◆ **Goal of the exercise**
Given the material below, output exactly the lines from the line with "F6_DEPTH = 5" to the line with "f4_edges = [f1.edges().sort_by_distance(p)[0]", both ends included, and no other lines.
____ Provided material
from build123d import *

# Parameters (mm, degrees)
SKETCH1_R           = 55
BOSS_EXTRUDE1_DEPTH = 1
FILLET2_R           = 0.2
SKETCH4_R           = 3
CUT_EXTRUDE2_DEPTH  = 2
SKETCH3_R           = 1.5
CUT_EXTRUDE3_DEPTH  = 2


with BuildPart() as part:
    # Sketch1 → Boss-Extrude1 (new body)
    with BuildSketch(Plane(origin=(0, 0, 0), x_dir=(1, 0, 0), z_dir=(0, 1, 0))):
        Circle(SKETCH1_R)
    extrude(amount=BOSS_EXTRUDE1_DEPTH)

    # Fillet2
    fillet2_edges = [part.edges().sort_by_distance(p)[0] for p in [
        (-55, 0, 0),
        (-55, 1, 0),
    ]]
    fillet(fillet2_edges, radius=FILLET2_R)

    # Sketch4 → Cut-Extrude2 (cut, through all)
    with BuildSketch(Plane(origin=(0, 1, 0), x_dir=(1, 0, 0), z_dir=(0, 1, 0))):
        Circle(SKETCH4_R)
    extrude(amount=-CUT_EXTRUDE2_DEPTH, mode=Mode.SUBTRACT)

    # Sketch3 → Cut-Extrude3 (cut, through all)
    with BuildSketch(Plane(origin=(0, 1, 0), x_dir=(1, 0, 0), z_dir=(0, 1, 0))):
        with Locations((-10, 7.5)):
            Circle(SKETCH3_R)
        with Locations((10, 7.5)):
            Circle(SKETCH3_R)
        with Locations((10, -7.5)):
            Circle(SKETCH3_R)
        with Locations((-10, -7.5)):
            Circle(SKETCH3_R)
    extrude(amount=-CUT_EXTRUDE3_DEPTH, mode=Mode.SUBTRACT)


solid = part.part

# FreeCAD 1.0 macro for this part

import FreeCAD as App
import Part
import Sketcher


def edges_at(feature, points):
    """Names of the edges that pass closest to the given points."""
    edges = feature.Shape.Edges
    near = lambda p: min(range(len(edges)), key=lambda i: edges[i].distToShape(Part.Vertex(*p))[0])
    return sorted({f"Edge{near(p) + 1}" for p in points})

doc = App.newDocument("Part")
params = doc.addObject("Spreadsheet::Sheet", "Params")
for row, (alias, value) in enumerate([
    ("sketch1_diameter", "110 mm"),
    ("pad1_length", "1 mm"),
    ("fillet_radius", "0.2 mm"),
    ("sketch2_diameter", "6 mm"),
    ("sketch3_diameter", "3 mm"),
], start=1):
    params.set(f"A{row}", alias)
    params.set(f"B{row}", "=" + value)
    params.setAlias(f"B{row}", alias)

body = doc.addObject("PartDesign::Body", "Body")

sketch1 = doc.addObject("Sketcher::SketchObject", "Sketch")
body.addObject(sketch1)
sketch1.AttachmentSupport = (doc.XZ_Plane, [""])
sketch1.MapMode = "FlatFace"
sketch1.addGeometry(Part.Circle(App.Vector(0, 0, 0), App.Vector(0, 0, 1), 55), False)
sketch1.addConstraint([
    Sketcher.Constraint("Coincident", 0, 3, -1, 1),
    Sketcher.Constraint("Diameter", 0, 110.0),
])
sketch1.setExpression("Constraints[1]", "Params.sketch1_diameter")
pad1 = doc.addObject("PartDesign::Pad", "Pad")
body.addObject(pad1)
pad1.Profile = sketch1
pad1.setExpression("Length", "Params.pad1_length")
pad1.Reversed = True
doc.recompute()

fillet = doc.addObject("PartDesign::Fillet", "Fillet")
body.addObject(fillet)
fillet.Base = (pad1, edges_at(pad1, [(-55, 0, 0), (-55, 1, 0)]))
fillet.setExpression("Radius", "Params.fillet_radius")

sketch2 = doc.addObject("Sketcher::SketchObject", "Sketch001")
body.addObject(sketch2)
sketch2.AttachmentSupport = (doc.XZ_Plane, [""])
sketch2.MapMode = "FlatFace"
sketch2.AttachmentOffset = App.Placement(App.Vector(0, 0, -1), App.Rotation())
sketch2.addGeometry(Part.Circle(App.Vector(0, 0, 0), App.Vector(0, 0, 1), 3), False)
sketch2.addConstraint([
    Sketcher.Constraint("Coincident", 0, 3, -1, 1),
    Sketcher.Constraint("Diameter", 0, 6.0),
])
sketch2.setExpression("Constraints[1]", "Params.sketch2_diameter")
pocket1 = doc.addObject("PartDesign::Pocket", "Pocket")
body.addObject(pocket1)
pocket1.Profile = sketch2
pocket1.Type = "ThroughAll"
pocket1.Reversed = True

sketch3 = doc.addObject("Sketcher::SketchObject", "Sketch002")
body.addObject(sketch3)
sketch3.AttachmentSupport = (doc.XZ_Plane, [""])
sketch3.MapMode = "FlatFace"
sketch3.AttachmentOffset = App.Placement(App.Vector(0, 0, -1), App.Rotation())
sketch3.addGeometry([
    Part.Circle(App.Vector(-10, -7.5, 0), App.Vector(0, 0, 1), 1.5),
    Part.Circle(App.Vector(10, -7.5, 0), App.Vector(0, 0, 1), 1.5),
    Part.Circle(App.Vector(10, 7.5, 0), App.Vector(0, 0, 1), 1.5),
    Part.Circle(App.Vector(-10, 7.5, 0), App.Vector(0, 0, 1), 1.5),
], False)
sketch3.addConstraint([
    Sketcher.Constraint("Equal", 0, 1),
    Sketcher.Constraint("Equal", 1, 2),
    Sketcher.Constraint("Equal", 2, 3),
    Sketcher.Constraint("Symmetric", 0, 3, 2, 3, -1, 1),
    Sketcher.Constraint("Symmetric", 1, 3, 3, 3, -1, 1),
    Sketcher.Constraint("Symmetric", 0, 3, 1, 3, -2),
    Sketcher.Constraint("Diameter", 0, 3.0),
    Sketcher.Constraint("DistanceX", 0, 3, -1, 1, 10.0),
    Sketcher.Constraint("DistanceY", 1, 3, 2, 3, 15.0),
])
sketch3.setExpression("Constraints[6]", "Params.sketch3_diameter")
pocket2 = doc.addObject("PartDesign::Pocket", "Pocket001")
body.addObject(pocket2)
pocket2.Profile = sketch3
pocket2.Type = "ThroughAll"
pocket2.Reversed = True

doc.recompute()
________
____ Provided material
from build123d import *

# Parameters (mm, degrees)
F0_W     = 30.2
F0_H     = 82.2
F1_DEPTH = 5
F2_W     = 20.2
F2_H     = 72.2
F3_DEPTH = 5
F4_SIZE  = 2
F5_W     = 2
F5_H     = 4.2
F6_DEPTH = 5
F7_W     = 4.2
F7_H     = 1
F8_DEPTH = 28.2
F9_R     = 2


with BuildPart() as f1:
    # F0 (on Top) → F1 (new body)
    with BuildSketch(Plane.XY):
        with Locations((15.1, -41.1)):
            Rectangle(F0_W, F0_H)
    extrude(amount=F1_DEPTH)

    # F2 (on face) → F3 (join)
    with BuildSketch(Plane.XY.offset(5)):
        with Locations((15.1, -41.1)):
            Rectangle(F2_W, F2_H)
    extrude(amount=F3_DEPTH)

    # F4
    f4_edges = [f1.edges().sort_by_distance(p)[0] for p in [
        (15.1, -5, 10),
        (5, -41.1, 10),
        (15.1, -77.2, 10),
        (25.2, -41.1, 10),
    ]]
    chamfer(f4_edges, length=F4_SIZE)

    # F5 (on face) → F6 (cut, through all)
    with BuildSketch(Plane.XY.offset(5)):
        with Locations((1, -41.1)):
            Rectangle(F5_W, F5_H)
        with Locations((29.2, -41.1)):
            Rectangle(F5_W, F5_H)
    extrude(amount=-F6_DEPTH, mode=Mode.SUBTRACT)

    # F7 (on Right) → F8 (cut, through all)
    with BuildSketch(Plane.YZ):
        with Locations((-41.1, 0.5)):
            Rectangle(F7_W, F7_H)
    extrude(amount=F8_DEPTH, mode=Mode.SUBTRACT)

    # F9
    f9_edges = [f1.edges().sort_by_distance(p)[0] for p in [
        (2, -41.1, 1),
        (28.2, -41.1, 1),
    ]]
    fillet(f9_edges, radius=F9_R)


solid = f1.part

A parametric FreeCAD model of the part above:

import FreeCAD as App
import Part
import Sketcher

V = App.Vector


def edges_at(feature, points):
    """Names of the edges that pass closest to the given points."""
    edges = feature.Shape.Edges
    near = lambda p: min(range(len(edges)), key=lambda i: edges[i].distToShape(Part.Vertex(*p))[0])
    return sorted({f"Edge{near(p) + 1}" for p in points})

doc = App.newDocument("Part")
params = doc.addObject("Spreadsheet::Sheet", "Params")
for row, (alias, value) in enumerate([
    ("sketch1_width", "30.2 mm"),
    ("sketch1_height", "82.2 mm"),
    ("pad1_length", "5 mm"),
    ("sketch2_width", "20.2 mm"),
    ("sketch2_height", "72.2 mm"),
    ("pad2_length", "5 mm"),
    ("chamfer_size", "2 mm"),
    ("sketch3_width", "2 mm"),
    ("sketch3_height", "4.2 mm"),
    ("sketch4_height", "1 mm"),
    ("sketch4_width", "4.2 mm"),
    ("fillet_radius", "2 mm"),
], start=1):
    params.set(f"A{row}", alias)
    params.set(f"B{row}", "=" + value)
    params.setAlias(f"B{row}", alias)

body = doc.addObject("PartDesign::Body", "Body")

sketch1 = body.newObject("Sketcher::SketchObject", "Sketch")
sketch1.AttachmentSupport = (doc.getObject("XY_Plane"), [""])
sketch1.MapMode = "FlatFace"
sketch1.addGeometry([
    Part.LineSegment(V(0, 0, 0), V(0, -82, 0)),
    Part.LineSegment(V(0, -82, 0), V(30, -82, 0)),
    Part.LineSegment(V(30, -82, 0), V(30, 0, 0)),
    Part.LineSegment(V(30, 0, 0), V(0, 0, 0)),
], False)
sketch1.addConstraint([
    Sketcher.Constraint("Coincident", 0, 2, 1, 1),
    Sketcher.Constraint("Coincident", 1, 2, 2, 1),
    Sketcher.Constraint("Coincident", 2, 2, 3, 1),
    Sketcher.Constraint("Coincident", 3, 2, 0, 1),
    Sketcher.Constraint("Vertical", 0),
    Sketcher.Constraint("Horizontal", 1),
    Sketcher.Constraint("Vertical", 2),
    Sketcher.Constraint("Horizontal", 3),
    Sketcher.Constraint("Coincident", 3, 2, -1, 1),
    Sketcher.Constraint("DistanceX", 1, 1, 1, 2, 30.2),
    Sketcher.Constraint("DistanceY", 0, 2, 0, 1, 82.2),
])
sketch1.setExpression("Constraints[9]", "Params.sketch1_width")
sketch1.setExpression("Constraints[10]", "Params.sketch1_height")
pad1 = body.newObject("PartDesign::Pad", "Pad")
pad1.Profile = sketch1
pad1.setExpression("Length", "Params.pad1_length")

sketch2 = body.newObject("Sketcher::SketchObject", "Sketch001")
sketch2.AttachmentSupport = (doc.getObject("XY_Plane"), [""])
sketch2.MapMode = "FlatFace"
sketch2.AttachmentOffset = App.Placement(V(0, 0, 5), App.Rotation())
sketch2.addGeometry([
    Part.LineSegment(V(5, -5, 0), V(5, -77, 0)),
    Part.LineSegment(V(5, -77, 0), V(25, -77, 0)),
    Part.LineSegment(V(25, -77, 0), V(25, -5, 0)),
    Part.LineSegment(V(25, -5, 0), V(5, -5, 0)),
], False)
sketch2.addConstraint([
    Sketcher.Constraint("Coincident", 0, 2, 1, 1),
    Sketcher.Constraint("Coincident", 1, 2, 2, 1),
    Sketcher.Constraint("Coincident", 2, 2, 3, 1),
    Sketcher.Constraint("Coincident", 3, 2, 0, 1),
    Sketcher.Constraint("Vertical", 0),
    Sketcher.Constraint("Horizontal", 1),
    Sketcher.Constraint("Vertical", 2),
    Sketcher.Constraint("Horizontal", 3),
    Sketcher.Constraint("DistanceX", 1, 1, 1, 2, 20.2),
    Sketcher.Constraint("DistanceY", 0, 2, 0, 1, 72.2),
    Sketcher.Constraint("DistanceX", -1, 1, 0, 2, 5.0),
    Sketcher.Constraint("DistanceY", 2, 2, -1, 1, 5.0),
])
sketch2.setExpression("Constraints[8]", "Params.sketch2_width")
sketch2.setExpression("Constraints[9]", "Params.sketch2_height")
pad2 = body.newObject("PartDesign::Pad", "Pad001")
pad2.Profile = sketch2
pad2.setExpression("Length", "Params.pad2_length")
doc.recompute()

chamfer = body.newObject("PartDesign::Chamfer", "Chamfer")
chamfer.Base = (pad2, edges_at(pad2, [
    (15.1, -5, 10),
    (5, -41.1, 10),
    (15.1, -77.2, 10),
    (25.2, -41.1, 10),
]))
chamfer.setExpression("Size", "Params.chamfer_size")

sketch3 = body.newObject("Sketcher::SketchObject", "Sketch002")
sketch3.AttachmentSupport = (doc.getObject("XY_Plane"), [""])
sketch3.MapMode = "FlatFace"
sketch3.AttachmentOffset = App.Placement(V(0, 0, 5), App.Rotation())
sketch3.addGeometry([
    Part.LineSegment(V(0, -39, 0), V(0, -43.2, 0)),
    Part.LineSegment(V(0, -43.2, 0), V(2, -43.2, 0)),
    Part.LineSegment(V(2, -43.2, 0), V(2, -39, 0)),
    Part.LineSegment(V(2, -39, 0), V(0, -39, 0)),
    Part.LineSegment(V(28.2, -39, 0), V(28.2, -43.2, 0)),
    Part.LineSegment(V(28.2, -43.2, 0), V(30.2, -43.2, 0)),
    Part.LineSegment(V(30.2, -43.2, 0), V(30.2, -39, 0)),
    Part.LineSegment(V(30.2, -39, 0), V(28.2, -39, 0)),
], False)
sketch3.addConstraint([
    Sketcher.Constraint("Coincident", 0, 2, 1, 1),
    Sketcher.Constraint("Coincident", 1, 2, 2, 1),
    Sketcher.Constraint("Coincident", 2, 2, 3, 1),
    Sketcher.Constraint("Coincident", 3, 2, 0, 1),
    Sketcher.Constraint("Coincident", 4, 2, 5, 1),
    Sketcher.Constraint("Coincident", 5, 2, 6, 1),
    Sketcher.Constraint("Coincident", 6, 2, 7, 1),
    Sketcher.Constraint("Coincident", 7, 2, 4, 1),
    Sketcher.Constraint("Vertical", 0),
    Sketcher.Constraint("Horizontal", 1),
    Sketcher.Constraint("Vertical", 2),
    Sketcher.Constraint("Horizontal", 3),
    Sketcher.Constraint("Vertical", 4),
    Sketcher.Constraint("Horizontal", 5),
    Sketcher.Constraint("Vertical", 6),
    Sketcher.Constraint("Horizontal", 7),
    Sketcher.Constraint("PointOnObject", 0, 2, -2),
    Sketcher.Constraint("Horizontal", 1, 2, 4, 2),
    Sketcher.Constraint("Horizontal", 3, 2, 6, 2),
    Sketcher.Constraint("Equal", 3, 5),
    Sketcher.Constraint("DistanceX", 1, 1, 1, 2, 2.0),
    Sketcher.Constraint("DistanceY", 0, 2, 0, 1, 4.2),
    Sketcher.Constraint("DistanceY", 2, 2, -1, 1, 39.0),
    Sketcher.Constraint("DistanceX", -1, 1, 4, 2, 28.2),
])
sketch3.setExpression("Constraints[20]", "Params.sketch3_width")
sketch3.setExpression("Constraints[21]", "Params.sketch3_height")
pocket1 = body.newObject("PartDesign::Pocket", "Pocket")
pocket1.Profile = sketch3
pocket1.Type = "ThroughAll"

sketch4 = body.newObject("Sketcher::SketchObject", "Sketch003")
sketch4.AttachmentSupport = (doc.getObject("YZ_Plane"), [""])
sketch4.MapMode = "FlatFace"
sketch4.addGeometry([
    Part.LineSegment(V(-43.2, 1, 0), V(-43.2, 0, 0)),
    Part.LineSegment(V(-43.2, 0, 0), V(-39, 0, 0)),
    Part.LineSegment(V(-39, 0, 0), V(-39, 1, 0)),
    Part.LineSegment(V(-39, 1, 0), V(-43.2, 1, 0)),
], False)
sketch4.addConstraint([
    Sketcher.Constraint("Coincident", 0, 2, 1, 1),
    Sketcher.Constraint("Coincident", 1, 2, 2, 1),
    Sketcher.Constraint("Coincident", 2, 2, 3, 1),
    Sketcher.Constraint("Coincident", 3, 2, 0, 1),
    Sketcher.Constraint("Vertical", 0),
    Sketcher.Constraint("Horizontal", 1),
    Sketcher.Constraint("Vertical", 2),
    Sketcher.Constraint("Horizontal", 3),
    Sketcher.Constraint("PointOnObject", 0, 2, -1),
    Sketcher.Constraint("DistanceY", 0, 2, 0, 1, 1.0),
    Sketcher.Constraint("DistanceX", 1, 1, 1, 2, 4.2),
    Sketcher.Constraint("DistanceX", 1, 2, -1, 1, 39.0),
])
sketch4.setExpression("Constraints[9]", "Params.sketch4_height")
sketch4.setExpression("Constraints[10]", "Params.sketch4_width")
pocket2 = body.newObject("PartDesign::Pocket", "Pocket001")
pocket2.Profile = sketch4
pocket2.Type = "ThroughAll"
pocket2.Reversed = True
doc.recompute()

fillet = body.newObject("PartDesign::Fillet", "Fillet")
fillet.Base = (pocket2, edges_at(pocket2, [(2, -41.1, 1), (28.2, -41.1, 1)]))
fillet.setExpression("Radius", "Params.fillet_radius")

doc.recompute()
________
◆ **Answer section**
F6_DEPTH = 5
F7_W     = 4.2
F7_H     = 1
F8_DEPTH = 28.2
F9_R     = 2


with BuildPart() as f1:
    # F0 (on Top) → F1 (new body)
    with BuildSketch(Plane.XY):
        with Locations((15.1, -41.1)):
            Rectangle(F0_W, F0_H)
    extrude(amount=F1_DEPTH)

    # F2 (on face) → F3 (join)
    with BuildSketch(Plane.XY.offset(5)):
        with Locations((15.1, -41.1)):
            Rectangle(F2_W, F2_H)
    extrude(amount=F3_DEPTH)

    # F4
    f4_edges = [f1.edges().sort_by_distance(p)[0] for p in [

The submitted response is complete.